Screening of familial primary biliary cholangitis and research on low-frequency mutations by whole-exome sequencing
10.3760/cma.j.issn.1007-3418.2018.05.014
- VernacularTitle: 原发性胆汁性胆管炎家系筛查及其低频突变的全外显子组测序研究
- Author:
Shuai ZHANG
1
;
Guanya GUO
;
Xia ZHOU
;
Ying HAN
Author Information
1. State Key Laboratory of Cancer Biology, Xijing Hospital of Digestive Diseases, The Fourth Military Medical University, Xi'an 710032, China; Xijing Hospital of Digestive Diseases, The Fourth Military Medical University, Xi'an 710032, China
- Publication Type:Journal Article
- Keywords:
Primary biliary cholangitis;
Pedigree;
Whole exome sequence
- From:
Chinese Journal of Hepatology
2018;26(5):388-392
- CountryChina
- Language:Chinese
-
Abstract:
Objective:Screening of patients with familial primary biliary cholangitis by using whole-exome sequence to find common low-frequency mutations and to explore its pathogenesis.

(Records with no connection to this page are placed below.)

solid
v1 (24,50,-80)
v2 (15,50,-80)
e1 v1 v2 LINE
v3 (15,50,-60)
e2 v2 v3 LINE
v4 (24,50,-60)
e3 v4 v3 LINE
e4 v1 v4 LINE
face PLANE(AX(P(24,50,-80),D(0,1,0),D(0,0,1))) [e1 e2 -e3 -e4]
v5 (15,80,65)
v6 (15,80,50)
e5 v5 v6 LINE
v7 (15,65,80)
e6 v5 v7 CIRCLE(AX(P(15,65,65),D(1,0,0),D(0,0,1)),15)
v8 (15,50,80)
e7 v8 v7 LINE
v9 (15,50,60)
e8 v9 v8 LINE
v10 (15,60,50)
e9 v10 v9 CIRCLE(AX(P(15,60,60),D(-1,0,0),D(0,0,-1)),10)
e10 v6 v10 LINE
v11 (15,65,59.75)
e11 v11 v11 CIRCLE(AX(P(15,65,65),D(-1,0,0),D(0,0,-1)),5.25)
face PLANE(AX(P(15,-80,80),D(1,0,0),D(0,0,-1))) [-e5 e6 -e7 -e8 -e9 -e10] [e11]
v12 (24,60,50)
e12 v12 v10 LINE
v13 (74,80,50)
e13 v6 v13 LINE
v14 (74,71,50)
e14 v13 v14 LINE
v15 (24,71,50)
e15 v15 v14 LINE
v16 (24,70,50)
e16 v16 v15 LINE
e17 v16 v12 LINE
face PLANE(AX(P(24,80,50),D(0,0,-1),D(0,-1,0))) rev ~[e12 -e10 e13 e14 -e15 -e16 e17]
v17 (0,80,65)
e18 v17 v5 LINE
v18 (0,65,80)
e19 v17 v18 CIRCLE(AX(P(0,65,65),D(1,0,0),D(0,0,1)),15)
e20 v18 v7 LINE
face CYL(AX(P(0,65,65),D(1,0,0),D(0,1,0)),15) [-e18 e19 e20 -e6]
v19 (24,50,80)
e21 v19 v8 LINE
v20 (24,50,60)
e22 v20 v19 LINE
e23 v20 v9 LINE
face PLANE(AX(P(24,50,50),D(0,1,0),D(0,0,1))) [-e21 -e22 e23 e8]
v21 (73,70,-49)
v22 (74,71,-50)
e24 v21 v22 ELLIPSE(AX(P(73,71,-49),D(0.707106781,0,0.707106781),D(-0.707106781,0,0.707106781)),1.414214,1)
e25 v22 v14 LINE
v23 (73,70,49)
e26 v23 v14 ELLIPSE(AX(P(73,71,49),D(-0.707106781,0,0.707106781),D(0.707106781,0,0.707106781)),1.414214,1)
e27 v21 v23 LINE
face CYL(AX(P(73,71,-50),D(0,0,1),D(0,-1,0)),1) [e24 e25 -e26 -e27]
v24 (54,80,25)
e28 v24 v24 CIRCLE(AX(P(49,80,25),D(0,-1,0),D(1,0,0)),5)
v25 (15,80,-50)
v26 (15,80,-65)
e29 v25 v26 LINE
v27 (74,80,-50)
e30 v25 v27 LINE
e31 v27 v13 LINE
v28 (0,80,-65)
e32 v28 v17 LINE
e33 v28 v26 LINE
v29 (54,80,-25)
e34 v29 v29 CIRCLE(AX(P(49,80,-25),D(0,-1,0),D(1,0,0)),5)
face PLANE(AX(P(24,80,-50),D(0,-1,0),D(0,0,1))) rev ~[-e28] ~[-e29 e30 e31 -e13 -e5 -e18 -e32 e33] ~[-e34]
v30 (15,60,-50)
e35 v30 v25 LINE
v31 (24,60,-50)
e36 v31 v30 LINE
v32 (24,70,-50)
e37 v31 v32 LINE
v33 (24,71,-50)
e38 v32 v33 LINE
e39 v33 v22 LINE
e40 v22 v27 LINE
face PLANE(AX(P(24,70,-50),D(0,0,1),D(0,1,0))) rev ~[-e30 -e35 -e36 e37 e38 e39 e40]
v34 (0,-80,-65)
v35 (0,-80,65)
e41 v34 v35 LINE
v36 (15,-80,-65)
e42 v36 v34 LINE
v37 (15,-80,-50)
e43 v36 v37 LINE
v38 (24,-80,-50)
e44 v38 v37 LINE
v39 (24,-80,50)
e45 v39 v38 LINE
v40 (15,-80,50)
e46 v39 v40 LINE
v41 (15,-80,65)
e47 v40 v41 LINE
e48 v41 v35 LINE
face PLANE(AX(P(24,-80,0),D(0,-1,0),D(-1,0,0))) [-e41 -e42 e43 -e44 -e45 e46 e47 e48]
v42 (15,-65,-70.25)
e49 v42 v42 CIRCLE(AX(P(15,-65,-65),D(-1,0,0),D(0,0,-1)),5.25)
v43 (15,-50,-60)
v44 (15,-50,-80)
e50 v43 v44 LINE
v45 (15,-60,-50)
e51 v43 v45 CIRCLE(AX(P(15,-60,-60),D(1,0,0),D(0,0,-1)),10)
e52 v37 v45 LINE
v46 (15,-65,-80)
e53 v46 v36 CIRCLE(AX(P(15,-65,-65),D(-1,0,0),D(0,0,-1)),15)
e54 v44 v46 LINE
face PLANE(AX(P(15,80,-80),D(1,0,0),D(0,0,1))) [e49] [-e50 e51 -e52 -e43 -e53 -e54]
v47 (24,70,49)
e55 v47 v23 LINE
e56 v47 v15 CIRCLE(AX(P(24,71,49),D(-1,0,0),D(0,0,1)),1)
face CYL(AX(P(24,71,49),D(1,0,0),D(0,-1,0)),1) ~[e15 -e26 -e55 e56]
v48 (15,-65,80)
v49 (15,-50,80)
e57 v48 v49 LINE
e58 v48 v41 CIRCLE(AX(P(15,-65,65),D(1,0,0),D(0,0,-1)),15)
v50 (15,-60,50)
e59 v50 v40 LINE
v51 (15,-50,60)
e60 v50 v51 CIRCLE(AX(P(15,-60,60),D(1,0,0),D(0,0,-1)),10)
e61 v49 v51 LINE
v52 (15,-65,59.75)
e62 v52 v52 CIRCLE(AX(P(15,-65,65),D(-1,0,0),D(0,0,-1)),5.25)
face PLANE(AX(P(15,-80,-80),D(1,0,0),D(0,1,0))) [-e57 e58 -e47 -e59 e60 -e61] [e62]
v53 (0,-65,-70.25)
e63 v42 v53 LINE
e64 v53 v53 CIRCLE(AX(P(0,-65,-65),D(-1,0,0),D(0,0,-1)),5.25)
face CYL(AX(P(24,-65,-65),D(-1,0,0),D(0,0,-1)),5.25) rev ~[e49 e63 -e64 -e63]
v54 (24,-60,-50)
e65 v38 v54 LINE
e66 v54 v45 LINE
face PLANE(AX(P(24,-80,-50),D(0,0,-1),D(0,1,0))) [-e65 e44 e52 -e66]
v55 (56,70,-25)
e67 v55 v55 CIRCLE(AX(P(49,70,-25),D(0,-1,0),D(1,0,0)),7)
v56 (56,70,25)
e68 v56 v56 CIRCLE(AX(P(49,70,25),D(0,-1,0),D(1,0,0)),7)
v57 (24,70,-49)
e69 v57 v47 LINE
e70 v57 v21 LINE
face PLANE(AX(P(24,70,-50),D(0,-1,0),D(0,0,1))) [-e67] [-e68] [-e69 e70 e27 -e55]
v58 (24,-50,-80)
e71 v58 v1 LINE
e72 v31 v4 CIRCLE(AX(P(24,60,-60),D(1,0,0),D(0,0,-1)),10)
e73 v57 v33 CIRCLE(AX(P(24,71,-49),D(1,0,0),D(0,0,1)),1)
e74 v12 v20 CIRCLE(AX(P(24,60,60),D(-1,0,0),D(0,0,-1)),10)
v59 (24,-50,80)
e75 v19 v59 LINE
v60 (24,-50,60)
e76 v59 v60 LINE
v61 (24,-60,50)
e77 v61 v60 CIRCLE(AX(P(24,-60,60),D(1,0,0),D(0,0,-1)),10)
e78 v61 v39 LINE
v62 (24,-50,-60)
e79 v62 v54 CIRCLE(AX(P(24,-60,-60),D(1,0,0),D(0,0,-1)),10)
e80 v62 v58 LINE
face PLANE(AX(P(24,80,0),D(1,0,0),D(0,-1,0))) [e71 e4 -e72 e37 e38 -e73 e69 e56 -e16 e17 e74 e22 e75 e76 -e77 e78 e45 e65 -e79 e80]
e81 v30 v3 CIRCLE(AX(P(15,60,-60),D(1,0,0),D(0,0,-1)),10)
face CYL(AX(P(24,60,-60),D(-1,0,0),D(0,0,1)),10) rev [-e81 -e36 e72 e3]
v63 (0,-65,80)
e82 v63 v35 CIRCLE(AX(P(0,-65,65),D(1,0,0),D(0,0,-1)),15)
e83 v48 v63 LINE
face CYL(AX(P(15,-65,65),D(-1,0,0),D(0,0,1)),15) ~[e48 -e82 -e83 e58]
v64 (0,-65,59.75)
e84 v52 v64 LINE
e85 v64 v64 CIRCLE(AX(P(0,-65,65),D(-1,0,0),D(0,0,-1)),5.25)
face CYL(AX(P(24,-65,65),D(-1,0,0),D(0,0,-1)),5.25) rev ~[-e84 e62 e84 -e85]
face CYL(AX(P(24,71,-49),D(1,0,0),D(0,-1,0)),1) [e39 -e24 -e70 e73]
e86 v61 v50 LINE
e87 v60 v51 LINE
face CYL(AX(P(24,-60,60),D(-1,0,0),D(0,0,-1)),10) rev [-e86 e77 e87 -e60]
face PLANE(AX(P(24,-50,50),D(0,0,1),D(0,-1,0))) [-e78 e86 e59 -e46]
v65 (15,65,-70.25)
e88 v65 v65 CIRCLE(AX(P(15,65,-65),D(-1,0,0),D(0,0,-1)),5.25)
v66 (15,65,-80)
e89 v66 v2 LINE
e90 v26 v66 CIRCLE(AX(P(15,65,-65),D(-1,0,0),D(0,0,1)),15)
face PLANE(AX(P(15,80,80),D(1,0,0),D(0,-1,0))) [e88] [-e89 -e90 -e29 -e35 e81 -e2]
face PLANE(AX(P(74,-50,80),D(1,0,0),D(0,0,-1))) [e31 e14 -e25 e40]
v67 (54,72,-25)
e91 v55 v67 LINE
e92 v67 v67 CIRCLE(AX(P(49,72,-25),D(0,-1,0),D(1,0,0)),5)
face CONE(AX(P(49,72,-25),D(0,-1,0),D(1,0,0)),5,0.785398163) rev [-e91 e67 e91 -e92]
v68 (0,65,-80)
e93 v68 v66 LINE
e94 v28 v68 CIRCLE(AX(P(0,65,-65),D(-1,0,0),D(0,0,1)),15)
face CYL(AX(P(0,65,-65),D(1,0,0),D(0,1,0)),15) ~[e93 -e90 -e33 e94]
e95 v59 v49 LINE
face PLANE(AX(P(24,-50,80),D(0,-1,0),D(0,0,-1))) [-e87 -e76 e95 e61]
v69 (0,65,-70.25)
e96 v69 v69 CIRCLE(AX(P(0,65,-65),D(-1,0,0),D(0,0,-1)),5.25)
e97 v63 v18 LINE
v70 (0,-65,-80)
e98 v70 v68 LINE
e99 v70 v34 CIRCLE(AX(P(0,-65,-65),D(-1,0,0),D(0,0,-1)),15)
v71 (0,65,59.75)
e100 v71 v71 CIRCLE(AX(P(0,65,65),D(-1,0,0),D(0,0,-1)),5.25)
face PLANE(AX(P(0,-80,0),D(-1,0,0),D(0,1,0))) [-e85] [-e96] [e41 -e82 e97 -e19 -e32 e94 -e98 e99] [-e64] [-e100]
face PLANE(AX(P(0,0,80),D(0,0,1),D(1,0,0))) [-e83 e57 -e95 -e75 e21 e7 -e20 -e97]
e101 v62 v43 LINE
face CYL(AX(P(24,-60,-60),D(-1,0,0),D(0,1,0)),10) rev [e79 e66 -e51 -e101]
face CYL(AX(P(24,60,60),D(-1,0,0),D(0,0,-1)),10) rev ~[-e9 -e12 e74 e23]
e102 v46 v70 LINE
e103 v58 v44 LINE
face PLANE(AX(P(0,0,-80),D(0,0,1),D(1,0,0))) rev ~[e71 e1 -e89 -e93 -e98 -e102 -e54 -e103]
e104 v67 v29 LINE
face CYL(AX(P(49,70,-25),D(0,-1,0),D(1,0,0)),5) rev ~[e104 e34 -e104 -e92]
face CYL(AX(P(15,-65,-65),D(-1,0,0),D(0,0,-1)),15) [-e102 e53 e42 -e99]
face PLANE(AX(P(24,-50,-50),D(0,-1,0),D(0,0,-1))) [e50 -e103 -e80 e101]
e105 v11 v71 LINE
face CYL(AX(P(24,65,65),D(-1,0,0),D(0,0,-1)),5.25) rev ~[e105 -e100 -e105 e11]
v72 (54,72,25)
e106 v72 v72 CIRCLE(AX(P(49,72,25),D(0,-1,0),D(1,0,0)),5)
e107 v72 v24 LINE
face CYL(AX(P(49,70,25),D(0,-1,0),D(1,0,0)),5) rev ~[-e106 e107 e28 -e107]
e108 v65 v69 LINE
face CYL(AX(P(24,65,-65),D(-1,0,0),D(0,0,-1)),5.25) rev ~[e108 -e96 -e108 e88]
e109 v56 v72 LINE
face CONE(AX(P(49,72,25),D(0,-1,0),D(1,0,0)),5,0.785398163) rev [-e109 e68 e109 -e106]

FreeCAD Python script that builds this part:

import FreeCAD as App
import Part
import Sketcher


def edges_at(feature, points):
    """Names of the edges that pass closest to the given points."""
    edges = feature.Shape.Edges
    near = lambda p: min(range(len(edges)), key=lambda i: edges[i].distToShape(Part.Vertex(*p))[0])
    return sorted({f"Edge{near(p) + 1}" for p in points})

doc = App.newDocument("Part")
params = doc.addObject("Spreadsheet::Sheet", "Params")
for row, (alias, value) in enumerate([
    ("sketch1_width", "24 mm"),
    ("sketch1_height", "160 mm"),
    ("pad1_length", "160 mm"),
    ("sketch2_width", "30 mm"),
    ("pocket1_length", "9 mm"),
    ("sketch3_diameter", "10.5 mm"),
    ("hole_diameter", "10.5 mm"),
    ("fillet_radius", "15 mm"),
    ("fillet2_radius", "10 mm"),
    ("sketch4_width", "10 mm"),
    ("sketch4_height", "100 mm"),
    ("pad2_length", "50 mm"),
    ("sketch5_diameter", "10 mm"),
    ("pocket2_length", "10 mm"),
    ("chamfer_size", "2 mm"),
    ("fillet3_radius", "1 mm"),
], start=1):
    params.set(f"A{row}", alias)
    params.set(f"B{row}", "=" + value)
    params.setAlias(f"B{row}", alias)

body = doc.addObject("PartDesign::Body", "Body")

sketch1 = body.newObject("Sketcher::SketchObject", "Sketch")
sketch1.AttachmentSupport = (doc.getObject("XY_Plane"), [""])
sketch1.MapMode = "FlatFace"
sketch1.addGeometry(Part.LineSegment(App.Vector(24, 80, 0), App.Vector(0, 80, 0)), False)
sketch1.addGeometry(Part.LineSegment(App.Vector(0, 80, 0), App.Vector(0, -80, 0)), False)
sketch1.addGeometry(Part.LineSegment(App.Vector(0, -80, 0), App.Vector(24, -80, 0)), False)
sketch1.addGeometry(Part.LineSegment(App.Vector(24, -80, 0), App.Vector(24, 80, 0)), False)
sketch1.addConstraint(Sketcher.Constraint("Coincident", 0, 2, 1, 1))
sketch1.addConstraint(Sketcher.Constraint("Coincident", 1, 2, 2, 1))
sketch1.addConstraint(Sketcher.Constraint("Coincident", 2, 2, 3, 1))
sketch1.addConstraint(Sketcher.Constraint("Coincident", 3, 2, 0, 1))
sketch1.addConstraint(Sketcher.Constraint("Horizontal", 0))
sketch1.addConstraint(Sketcher.Constraint("Vertical", 1))
sketch1.addConstraint(Sketcher.Constraint("Horizontal", 2))
sketch1.addConstraint(Sketcher.Constraint("Vertical", 3))
sketch1.addConstraint(Sketcher.Constraint("Symmetric", 0, 2, 1, 2, -1, 1))
sketch1.addConstraint(Sketcher.Constraint("DistanceX", 0, 2, 0, 1, 24.0))
sketch1.addConstraint(Sketcher.Constraint("DistanceY", 1, 2, 1, 1, 160.0))
sketch1.setExpression("Constraints[9]", "Params.sketch1_width")
sketch1.setExpression("Constraints[10]", "Params.sketch1_height")
pad1 = body.newObject("PartDesign::Pad", "Pad")
pad1.Profile = sketch1
pad1.setExpression("Length", "Params.pad1_length")
pad1.Midplane = True
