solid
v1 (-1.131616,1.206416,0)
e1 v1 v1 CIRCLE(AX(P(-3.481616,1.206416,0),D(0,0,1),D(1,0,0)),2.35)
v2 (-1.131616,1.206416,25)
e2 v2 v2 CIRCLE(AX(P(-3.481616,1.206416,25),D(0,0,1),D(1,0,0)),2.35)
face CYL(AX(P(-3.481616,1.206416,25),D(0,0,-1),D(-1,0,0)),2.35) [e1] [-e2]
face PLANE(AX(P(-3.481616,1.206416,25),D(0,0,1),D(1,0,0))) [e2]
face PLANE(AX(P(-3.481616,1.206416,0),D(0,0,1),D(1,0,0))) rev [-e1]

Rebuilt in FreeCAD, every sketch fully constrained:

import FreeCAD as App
import Part
import Sketcher

V = App.Vector
Q = App.Units.Quantity

doc = App.newDocument("Part")
body = doc.addObject("PartDesign::Body", "Body")

# Sketch on XY plane
sketch1 = doc.addObject("Sketcher::SketchObject", "Sketch")
body.addObject(sketch1)
sketch1.AttachmentSupport = (doc.XY_Plane, [""])
sketch1.MapMode = "FlatFace"
sketch1.addGeometry(Part.Circle(V(-3.5, 1.2, 0), V(0, 0, 1), 2.4), False)
sketch1.addConstraint([
    Sketcher.Constraint("Diameter", 0, Q("4.7 mm")),
    Sketcher.Constraint("DistanceX", 0, 3, -1, 1, Q("3.481616 mm")),
    Sketcher.Constraint("DistanceY", -1, 1, 0, 3, Q("1.206416 mm")),
])
pad1 = doc.addObject("PartDesign::Pad", "Pad")
body.addObject(pad1)
pad1.Profile = sketch1
pad1.Length = 25

doc.recompute()
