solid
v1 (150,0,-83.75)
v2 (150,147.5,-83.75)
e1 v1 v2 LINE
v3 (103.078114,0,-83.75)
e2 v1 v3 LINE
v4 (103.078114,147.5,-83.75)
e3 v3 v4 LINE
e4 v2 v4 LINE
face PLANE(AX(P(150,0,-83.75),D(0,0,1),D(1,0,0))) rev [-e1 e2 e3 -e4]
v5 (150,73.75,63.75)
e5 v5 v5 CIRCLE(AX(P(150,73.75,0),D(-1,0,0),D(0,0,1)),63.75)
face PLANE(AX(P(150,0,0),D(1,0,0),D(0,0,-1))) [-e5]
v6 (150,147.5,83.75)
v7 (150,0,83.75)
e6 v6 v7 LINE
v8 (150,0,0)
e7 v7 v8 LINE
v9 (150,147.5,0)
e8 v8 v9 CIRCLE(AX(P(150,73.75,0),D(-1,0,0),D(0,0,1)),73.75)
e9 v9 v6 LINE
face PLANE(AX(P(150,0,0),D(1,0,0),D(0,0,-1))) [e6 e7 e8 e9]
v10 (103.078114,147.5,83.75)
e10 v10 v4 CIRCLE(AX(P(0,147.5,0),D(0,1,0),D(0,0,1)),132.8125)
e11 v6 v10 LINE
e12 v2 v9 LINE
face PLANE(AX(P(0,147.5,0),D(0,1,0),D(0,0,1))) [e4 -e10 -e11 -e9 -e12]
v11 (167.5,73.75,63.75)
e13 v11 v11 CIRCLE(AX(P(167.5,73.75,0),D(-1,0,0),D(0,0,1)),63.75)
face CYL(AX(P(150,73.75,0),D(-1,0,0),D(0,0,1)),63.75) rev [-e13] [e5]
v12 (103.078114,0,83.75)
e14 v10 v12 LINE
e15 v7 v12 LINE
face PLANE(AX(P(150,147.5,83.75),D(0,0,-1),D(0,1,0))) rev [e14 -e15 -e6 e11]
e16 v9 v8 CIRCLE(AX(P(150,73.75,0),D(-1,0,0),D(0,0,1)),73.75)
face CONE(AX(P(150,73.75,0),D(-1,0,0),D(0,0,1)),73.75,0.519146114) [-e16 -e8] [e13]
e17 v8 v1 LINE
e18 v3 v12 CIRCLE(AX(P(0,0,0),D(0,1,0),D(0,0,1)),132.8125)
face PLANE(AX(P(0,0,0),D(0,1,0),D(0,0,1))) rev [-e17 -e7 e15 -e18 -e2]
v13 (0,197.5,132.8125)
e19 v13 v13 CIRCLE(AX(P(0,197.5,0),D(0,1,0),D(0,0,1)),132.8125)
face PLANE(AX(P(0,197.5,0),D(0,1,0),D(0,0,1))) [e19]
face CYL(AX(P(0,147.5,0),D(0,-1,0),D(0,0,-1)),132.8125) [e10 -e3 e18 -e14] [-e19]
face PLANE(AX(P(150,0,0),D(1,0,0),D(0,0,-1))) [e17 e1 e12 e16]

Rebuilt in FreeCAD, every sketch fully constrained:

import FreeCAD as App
import Part
import Sketcher
Q = App.Units.Quantity


def add_polygon(sketch, points):
    """Adds a closed chain of lines whose ends are joined by coincident constraints."""
    first, n = sketch.GeometryCount, len(points)
    for a, b in zip(points, points[1:] + points[:1]):
        sketch.addGeometry(Part.LineSegment(App.Vector(*a, 0), App.Vector(*b, 0)), False)
    for i in range(n):
        sketch.addConstraint(Sketcher.Constraint("Coincident", first + i, 2, first + (i + 1) % n, 1))

doc = App.newDocument("Part")
params = doc.addObject("Spreadsheet::Sheet", "Params")
for row, (alias, value) in enumerate([
    ("pad1_length", "147.5 mm"),
    ("sketch2_width", "147.5 mm"),
    ("sketch2_height", "167.5 mm"),
    ("pad2_length", "150 mm"),
    ("sketch3_height", "10 mm"),
    ("sketch3_width", "17.5 mm"),
    ("revolution_angle", "360 deg"),
    ("pad3_length", "50 mm"),
], start=1):
    params.set(f"A{row}", alias)
    params.set(f"B{row}", "=" + value)
    params.setAlias(f"B{row}", alias)

body = doc.addObject("PartDesign::Body", "Body")

# Sketch on XZ plane
sketch1 = body.newObject("Sketcher::SketchObject", "Sketch")
sketch1.AttachmentSupport = (doc.getObject("XZ_Plane"), [""])
sketch1.MapMode = "FlatFace"
sketch1.addGeometry(Part.Circle(App.Vector(0, 0, 0), App.Vector(0, 0, 1), 133), False)
sketch1.addConstraint(Sketcher.Constraint("Coincident", 0, 3, -1, 1))
sketch1.addConstraint(Sketcher.Constraint("Diameter", 0, Q("265.625 mm")))
pad1 = body.newObject("PartDesign::Pad", "Pad")
pad1.Profile = sketch1
pad1.setExpression("Length", "Params.pad1_length")
pad1.Reversed = True

# Sketch on YZ plane
sketch2 = body.newObject("Sketcher::SketchObject", "Sketch001")
sketch2.AttachmentSupport = (doc.getObject("YZ_Plane"), [""])
sketch2.MapMode = "FlatFace"
add_polygon(sketch2, [(148, 84), (0, 84), (0, -84), (148, -84)])  # lines 0-3
sketch2.addConstraint(Sketcher.Constraint("Horizontal", 0))
sketch2.addConstraint(Sketcher.Constraint("Vertical", 1))
sketch2.addConstraint(Sketcher.Constraint("Horizontal", 2))
sketch2.addConstraint(Sketcher.Constraint("Vertical", 3))
sketch2.addConstraint(Sketcher.Constraint("Symmetric", 0, 2, 1, 2, -1, 1))
sketch2.addConstraint(Sketcher.Constraint("DistanceX", 0, 2, 0, 1, Q("147.5 mm")))
sketch2.addConstraint(Sketcher.Constraint("DistanceY", 1, 2, 1, 1, Q("167.5 mm")))
sketch2.setExpression("Constraints[9]", "Params.sketch2_width")
sketch2.setExpression("Constraints[10]", "Params.sketch2_height")
pad2 = body.newObject("PartDesign::Pad", "Pad001")
pad2.Profile = sketch2
pad2.setExpression("Length", "Params.pad2_length")

# Sketch on XY plane
sketch3 = body.newObject("Sketcher::SketchObject", "Sketch002")
sketch3.AttachmentSupport = (doc.getObject("XY_Plane"), [""])
sketch3.MapMode = "FlatFace"
add_polygon(sketch3, [(150, 10), (150, 0), (168, 10)])  # lines 0-2
sketch3.addGeometry(Part.LineSegment(App.Vector(150, 74, 0), App.Vector(168, 74, 0)), True)  # axis
sketch3.addConstraint(Sketcher.Constraint("Vertical", 0))
sketch3.addConstraint(Sketcher.Constraint("Horizontal", 2))
sketch3.addConstraint(Sketcher.Constraint("Horizontal", 3))
sketch3.addConstraint(Sketcher.Constraint("PointOnObject", 0, 2, -1))
sketch3.addConstraint(Sketcher.Constraint("Vertical", 2, 2, 3, 1))
sketch3.addConstraint(Sketcher.Constraint("Vertical", 1, 2, 3, 2))
sketch3.addConstraint(Sketcher.Constraint("DistanceY", 0, 2, 0, 1, Q("10 mm")))
sketch3.addConstraint(Sketcher.Constraint("DistanceX", 2, 2, 2, 1, Q("17.5 mm")))
sketch3.addConstraint(Sketcher.Constraint("DistanceX", -1, 1, 0, 2, Q("150 mm")))
sketch3.addConstraint(Sketcher.Constraint("DistanceY", -1, 1, 3, 1, Q("73.75 mm")))
sketch3.setExpression("Constraints[9]", "Params.sketch3_height")
sketch3.setExpression("Constraints[10]", "Params.sketch3_width")
revolution = body.newObject("PartDesign::Revolution", "Revolution")
revolution.Profile = sketch3
revolution.ReferenceAxis = (sketch3, ["Axis0"])
revolution.setExpression("Angle", "Params.revolution_angle")

# Sketch on XZ plane
sketch4 = body.newObject("Sketcher::SketchObject", "Sketch003")
sketch4.AttachmentSupport = (doc.getObject("XZ_Plane"), [""])
sketch4.MapMode = "FlatFace"
sketch4.AttachmentOffset = App.Placement(App.Vector(0, 0, -147.5), App.Rotation())
sketch4.addGeometry(Part.Circle(App.Vector(0, 0, 0), App.Vector(0, 0, 1), 133), False)
sketch4.addConstraint(Sketcher.Constraint("Coincident", 0, 3, -1, 1))
sketch4.addConstraint(Sketcher.Constraint("Diameter", 0, Q("265.625 mm")))
pad3 = body.newObject("PartDesign::Pad", "Pad002")
pad3.Profile = sketch4
pad3.setExpression("Length", "Params.pad3_length")
pad3.Reversed = True

doc.recompute()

Methods:The confirmed data of PBC patients diagnosed in Xijing hospital from 2005 to 2016 were collected, and their first-degree relatives' autoantibodies were screened for diagnosis. DNA extraction from PBC patients and normal controls in two high-incidence families was performed for whole-exome sequencing, and the low-frequency mutations in the family were screened.
Results:A total of 435 PBC patients and 946 first-degree relatives were screened, and 18 (1.90%) first-degree relatives were also diagnosed with PBC, which was distributed in 16 families (3.68%). The whole-exome sequencing results showed that the common low-frequency mutations of 7 patients in 2 families consisted of 16 single nucleotide polymorphisms and 2 InDel markers, of which ANO2(rs17788563) may be correlated to the pathogenesis of PBC.
Conclusion:There is high-incidence of PBC in the family members of PBC patients with low-frequency mutation sites and their sites may be involved in the pathogenesis of PBC.